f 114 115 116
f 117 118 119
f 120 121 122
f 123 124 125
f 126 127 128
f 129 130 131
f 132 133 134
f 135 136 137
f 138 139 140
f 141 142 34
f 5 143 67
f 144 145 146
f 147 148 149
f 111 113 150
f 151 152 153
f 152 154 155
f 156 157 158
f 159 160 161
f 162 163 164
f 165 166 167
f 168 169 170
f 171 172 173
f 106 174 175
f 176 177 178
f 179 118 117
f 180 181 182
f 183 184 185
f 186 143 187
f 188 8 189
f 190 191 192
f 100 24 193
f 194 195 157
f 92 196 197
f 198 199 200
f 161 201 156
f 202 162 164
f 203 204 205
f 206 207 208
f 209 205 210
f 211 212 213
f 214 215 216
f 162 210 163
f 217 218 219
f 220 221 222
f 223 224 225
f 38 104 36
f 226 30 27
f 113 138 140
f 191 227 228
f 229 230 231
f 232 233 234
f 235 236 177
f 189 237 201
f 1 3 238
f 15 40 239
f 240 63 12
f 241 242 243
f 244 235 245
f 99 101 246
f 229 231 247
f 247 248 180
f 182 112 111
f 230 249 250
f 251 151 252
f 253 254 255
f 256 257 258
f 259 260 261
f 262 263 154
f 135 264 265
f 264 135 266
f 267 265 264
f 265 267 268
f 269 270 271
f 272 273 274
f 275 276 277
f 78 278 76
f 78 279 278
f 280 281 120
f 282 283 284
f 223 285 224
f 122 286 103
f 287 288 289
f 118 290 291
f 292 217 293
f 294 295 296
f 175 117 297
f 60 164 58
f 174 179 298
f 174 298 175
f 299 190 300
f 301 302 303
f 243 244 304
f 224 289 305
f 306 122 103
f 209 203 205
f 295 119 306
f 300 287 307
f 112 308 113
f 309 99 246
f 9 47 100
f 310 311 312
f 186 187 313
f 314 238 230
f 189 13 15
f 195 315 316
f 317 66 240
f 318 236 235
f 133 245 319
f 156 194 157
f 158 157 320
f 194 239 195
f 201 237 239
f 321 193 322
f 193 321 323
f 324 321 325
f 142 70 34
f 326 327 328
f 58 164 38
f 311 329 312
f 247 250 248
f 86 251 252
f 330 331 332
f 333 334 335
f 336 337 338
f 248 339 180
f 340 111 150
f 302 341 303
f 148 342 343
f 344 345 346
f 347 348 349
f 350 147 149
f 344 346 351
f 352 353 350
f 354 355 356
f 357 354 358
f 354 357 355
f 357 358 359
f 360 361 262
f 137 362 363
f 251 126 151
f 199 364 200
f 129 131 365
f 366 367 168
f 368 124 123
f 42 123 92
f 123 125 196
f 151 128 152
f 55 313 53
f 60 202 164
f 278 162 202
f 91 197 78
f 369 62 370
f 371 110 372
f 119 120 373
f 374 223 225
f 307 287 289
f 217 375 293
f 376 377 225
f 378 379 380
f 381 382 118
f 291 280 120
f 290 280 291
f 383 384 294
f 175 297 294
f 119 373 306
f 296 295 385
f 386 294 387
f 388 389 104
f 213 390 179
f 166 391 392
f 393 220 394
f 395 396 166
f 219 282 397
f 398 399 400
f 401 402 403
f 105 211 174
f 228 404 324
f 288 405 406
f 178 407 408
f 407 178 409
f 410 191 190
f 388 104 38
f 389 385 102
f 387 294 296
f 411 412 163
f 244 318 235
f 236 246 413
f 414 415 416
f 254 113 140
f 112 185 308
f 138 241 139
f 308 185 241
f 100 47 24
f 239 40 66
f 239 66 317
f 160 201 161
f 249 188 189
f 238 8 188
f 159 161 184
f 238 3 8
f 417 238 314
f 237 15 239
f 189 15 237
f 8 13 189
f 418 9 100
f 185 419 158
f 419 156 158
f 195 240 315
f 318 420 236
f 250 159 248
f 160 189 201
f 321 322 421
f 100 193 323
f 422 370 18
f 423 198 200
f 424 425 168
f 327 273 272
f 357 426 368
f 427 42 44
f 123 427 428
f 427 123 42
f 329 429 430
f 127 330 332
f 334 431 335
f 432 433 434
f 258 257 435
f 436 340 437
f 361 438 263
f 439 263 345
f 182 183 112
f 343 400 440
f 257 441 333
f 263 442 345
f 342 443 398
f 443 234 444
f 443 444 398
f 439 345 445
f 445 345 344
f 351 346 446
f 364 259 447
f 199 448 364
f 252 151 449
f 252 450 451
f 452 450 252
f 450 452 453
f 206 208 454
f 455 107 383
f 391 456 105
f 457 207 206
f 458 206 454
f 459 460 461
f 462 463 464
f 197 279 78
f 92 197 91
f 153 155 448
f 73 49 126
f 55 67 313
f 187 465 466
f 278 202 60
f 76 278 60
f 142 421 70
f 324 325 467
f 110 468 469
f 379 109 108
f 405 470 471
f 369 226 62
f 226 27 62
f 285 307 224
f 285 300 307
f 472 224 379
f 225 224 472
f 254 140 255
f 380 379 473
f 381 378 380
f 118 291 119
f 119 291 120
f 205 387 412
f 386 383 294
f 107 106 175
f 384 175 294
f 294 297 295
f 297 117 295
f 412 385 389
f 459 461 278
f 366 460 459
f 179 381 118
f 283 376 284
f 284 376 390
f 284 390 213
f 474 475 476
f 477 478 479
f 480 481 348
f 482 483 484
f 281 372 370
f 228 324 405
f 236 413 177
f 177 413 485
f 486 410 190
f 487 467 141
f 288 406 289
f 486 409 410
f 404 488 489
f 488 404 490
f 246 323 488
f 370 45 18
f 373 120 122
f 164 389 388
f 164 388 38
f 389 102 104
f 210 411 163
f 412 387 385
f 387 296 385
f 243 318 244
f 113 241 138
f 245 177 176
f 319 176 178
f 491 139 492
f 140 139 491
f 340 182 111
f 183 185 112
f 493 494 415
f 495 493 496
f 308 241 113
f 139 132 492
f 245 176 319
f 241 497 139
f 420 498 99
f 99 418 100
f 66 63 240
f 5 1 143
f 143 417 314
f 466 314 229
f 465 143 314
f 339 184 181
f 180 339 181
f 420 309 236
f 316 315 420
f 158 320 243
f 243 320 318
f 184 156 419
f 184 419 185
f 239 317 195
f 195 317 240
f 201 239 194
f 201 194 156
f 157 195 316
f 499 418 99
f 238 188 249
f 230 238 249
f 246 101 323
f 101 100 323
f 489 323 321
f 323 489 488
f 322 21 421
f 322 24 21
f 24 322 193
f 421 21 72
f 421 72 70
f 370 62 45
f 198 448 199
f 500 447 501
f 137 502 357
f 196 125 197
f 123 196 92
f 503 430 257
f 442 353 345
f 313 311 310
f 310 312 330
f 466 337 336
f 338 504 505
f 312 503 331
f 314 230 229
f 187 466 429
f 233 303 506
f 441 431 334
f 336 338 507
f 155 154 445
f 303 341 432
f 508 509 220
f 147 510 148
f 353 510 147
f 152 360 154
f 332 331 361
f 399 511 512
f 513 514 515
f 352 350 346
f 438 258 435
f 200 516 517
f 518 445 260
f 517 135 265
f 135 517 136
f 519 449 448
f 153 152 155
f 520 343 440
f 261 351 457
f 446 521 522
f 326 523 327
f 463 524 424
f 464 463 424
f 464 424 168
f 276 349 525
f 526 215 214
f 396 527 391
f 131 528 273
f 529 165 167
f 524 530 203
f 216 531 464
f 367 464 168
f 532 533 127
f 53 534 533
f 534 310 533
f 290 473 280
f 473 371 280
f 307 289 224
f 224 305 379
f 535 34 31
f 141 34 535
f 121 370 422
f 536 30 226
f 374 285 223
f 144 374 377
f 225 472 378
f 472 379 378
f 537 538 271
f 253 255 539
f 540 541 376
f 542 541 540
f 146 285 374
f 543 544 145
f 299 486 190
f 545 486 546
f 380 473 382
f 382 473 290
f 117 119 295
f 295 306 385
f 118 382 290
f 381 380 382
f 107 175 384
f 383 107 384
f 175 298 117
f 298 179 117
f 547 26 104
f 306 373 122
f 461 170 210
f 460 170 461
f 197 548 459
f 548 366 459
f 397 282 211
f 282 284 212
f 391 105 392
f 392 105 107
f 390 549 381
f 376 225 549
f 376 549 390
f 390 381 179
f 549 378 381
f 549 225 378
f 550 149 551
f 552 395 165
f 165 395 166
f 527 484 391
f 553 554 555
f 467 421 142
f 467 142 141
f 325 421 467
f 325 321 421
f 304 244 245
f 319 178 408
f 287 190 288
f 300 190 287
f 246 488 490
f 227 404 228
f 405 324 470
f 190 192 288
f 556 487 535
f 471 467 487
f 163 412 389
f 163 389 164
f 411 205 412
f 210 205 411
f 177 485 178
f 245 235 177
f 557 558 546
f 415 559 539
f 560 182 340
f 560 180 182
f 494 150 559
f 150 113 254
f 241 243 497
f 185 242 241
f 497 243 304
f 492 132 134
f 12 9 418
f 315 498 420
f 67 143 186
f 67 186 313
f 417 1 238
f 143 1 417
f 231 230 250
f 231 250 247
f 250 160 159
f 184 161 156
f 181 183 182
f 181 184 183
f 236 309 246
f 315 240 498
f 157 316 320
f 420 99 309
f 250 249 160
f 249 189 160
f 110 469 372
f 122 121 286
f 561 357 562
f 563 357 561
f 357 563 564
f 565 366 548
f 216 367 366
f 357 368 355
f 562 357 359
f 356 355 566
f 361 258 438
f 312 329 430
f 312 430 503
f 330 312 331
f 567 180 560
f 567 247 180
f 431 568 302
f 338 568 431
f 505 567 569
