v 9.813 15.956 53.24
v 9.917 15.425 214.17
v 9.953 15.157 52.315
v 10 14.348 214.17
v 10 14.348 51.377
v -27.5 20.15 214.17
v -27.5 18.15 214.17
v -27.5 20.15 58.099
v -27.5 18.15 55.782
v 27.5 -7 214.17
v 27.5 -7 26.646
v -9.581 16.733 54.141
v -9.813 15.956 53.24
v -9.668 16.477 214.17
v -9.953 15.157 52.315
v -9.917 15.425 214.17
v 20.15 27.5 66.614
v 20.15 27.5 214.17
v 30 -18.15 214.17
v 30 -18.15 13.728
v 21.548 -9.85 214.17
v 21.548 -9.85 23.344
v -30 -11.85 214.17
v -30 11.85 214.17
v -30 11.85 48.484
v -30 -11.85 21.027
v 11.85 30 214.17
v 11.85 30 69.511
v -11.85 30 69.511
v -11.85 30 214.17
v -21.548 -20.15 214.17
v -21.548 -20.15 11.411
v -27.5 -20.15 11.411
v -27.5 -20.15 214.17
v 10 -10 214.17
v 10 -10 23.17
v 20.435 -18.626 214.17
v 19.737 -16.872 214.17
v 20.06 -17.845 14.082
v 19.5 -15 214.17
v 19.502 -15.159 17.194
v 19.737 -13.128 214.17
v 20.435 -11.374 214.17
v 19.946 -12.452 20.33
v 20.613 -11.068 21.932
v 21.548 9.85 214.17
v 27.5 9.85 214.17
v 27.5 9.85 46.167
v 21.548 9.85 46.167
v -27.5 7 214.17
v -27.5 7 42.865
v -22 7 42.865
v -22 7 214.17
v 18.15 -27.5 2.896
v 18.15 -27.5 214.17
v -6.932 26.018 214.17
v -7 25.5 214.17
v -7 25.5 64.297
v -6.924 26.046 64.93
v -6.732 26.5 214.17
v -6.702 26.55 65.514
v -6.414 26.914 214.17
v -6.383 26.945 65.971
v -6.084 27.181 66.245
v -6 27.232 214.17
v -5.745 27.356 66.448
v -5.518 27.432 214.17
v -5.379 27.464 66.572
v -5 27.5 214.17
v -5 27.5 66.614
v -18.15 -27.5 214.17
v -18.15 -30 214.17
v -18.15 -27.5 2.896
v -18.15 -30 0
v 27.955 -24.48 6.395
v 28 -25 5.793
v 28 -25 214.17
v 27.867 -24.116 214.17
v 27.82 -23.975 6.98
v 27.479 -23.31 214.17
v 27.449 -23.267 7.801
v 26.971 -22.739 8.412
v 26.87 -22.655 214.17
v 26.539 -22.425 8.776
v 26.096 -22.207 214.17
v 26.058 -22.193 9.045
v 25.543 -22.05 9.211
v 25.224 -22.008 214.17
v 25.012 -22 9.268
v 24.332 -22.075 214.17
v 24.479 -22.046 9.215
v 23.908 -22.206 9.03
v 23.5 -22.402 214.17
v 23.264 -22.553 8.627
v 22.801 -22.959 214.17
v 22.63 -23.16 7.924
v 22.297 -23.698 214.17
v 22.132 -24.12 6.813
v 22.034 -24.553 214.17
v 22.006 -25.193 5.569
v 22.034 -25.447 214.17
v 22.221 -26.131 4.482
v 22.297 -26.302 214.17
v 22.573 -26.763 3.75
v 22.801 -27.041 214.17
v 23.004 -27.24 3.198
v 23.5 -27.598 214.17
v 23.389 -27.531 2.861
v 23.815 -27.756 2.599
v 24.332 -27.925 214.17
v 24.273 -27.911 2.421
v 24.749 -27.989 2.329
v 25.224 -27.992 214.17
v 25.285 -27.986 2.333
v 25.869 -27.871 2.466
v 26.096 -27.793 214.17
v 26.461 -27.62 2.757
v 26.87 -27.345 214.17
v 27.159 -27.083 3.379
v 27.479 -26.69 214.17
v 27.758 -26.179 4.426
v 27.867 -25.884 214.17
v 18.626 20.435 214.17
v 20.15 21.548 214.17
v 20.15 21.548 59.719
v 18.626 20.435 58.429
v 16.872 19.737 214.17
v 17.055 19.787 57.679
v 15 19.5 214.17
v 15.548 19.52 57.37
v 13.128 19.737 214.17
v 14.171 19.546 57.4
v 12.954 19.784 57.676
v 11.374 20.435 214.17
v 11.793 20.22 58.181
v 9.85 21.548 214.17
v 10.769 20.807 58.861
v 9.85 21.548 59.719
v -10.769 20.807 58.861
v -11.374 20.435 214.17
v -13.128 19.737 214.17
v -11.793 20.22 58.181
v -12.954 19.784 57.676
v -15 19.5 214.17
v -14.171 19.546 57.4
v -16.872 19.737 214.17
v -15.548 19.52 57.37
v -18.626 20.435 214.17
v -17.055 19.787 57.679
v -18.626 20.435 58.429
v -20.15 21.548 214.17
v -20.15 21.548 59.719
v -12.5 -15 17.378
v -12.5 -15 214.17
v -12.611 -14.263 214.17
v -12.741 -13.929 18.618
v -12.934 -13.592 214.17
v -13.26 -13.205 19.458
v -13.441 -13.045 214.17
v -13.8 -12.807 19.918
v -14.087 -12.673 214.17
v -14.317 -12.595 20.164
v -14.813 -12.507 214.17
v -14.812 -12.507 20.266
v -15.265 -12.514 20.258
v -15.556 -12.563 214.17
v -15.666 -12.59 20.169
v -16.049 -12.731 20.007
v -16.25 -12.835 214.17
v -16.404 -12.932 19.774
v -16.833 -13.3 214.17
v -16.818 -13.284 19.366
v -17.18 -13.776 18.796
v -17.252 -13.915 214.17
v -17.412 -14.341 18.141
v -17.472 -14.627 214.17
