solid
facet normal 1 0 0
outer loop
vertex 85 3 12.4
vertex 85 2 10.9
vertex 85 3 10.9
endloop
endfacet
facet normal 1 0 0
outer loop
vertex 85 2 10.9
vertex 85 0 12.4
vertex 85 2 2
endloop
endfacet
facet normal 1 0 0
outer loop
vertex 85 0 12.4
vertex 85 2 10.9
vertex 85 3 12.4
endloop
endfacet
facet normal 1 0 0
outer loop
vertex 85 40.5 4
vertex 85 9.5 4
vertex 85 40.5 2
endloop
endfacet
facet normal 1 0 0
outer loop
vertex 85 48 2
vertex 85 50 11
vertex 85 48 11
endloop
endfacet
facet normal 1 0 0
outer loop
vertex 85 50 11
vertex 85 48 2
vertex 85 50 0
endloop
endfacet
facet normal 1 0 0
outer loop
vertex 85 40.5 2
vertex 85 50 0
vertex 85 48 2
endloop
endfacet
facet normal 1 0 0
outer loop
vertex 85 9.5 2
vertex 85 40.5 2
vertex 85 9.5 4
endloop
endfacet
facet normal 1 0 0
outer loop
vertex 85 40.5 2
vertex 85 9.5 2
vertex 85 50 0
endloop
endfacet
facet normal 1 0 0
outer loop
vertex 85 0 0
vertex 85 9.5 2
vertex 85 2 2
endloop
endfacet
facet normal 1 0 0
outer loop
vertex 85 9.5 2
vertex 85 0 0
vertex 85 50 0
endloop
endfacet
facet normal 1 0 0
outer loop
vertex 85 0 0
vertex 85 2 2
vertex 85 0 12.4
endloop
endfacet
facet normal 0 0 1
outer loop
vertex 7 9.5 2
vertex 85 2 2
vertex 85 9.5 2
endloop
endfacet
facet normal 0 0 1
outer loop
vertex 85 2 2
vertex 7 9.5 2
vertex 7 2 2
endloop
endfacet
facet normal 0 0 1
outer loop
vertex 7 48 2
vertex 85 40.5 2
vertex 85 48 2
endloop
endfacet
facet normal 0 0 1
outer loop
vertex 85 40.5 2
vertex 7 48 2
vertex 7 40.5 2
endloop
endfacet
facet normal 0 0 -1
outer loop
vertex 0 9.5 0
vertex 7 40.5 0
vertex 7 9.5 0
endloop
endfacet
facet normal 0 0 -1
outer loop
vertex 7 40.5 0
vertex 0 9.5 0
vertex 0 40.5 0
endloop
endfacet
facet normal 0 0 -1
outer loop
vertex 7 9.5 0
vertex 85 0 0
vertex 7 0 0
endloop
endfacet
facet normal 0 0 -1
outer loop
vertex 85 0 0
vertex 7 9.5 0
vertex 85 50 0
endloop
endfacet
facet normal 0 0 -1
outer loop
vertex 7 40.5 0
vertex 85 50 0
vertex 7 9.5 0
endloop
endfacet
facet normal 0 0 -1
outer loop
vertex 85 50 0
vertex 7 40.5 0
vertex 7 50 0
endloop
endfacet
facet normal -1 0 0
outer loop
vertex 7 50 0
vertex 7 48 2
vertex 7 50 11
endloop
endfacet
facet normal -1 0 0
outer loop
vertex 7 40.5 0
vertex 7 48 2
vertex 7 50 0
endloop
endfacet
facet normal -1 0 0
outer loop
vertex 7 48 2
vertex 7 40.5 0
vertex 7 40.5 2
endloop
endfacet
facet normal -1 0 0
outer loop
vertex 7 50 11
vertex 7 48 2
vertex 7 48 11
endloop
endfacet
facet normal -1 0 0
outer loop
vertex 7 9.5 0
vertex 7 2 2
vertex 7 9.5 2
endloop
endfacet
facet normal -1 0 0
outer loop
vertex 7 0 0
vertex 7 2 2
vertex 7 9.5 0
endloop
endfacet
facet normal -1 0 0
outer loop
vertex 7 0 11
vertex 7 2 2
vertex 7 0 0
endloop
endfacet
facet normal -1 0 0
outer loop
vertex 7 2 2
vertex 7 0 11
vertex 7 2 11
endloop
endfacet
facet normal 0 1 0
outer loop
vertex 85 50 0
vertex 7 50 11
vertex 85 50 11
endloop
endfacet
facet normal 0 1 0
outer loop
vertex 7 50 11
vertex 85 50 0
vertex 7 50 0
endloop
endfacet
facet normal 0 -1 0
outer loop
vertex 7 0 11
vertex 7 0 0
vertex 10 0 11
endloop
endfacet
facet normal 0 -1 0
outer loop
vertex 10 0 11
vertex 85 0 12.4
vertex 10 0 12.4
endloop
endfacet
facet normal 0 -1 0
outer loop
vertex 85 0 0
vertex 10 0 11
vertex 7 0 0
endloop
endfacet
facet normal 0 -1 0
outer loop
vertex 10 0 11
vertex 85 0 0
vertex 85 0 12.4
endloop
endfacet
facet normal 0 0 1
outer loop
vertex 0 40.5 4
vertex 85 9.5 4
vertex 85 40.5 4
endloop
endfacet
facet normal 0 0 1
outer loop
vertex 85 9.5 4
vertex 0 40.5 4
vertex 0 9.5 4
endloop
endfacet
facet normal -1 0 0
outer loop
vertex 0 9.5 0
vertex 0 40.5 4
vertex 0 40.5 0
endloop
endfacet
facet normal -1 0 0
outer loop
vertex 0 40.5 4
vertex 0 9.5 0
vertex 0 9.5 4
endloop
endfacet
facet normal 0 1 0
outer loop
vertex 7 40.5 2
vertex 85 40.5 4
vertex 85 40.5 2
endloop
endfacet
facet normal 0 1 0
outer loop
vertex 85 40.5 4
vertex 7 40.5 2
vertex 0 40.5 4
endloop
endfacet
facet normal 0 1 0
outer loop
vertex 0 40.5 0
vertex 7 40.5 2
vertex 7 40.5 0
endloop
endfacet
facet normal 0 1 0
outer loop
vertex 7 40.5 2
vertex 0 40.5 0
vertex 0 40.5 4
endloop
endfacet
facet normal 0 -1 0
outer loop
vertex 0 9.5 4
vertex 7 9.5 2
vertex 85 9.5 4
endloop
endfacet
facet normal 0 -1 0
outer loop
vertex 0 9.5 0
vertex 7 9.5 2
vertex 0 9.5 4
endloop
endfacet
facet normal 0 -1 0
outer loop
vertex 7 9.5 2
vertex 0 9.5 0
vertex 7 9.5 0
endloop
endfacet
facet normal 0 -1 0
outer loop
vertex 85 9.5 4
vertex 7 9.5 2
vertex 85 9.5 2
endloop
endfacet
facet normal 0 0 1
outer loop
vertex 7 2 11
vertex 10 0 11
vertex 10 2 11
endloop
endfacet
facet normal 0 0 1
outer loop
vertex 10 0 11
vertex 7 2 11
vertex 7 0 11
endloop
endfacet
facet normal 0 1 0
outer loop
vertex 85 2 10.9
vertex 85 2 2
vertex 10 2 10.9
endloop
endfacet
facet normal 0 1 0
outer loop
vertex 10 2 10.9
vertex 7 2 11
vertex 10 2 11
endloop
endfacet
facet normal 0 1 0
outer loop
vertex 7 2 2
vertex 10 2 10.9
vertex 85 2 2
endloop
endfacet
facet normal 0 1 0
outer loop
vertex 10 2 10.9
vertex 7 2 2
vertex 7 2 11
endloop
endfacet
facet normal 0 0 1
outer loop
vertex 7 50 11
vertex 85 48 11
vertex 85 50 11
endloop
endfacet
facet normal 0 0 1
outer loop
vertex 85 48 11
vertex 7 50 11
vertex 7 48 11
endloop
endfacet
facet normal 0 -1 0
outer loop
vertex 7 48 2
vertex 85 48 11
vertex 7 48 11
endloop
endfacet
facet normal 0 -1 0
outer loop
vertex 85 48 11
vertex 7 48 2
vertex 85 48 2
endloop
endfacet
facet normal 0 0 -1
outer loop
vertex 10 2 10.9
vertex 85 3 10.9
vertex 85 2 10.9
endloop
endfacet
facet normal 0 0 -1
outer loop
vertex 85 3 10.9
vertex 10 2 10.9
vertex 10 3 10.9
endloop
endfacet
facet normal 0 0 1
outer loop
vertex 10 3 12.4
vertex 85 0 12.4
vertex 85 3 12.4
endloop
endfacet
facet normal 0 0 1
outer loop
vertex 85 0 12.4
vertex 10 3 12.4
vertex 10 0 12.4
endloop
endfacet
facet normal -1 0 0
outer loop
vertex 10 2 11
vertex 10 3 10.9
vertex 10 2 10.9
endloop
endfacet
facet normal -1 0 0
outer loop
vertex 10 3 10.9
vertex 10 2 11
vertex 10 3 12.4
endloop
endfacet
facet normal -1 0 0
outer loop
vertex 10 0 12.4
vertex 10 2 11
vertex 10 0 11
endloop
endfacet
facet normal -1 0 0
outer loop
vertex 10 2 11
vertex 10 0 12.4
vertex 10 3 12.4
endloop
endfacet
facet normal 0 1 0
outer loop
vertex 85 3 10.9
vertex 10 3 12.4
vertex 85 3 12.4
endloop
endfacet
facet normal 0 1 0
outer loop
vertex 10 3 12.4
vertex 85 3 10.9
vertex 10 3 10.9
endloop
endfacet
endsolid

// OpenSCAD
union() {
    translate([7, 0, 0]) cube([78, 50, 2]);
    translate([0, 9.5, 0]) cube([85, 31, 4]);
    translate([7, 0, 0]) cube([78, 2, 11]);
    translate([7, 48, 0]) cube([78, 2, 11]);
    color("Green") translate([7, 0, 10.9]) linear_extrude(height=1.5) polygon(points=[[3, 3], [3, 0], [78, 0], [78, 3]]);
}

◆ About this exercise: Above are records; repeat only the lines starting at the line with "f 165 166 167" and ending at the line with "f 340 111 150", exactly as they appear, both included.

◆ Answer:
f 165 166 167
f 168 169 170
f 171 172 173
f 106 174 175
f 176 177 178
f 179 118 117
f 180 181 182
f 183 184 185
f 186 143 187
f 188 8 189
f 190 191 192
f 100 24 193
f 194 195 157
f 92 196 197
f 198 199 200
f 161 201 156
f 202 162 164
f 203 204 205
f 206 207 208
f 209 205 210
f 211 212 213
f 214 215 216
f 162 210 163
f 217 218 219
f 220 221 222
f 223 224 225
f 38 104 36
f 226 30 27
f 113 138 140
f 191 227 228
f 229 230 231
f 232 233 234
f 235 236 177
f 189 237 201
f 1 3 238
f 15 40 239
f 240 63 12
f 241 242 243
f 244 235 245
f 99 101 246
f 229 231 247
f 247 248 180
f 182 112 111
f 230 249 250
f 251 151 252
f 253 254 255
f 256 257 258
f 259 260 261
f 262 263 154
f 135 264 265
f 264 135 266
f 267 265 264
f 265 267 268
f 269 270 271
f 272 273 274
f 275 276 277
f 78 278 76
f 78 279 278
f 280 281 120
f 282 283 284
f 223 285 224
f 122 286 103
f 287 288 289
f 118 290 291
f 292 217 293
f 294 295 296
f 175 117 297
f 60 164 58
f 174 179 298
f 174 298 175
f 299 190 300
f 301 302 303
f 243 244 304
f 224 289 305
f 306 122 103
f 209 203 205
f 295 119 306
f 300 287 307
f 112 308 113
f 309 99 246
f 9 47 100
f 310 311 312
f 186 187 313
f 314 238 230
f 189 13 15
f 195 315 316
f 317 66 240
f 318 236 235
f 133 245 319
f 156 194 157
f 158 157 320
f 194 239 195
f 201 237 239
f 321 193 322
f 193 321 323
f 324 321 325
f 142 70 34
f 326 327 328
f 58 164 38
f 311 329 312
f 247 250 248
f 86 251 252
f 330 331 332
f 333 334 335
f 336 337 338
f 248 339 180
f 340 111 150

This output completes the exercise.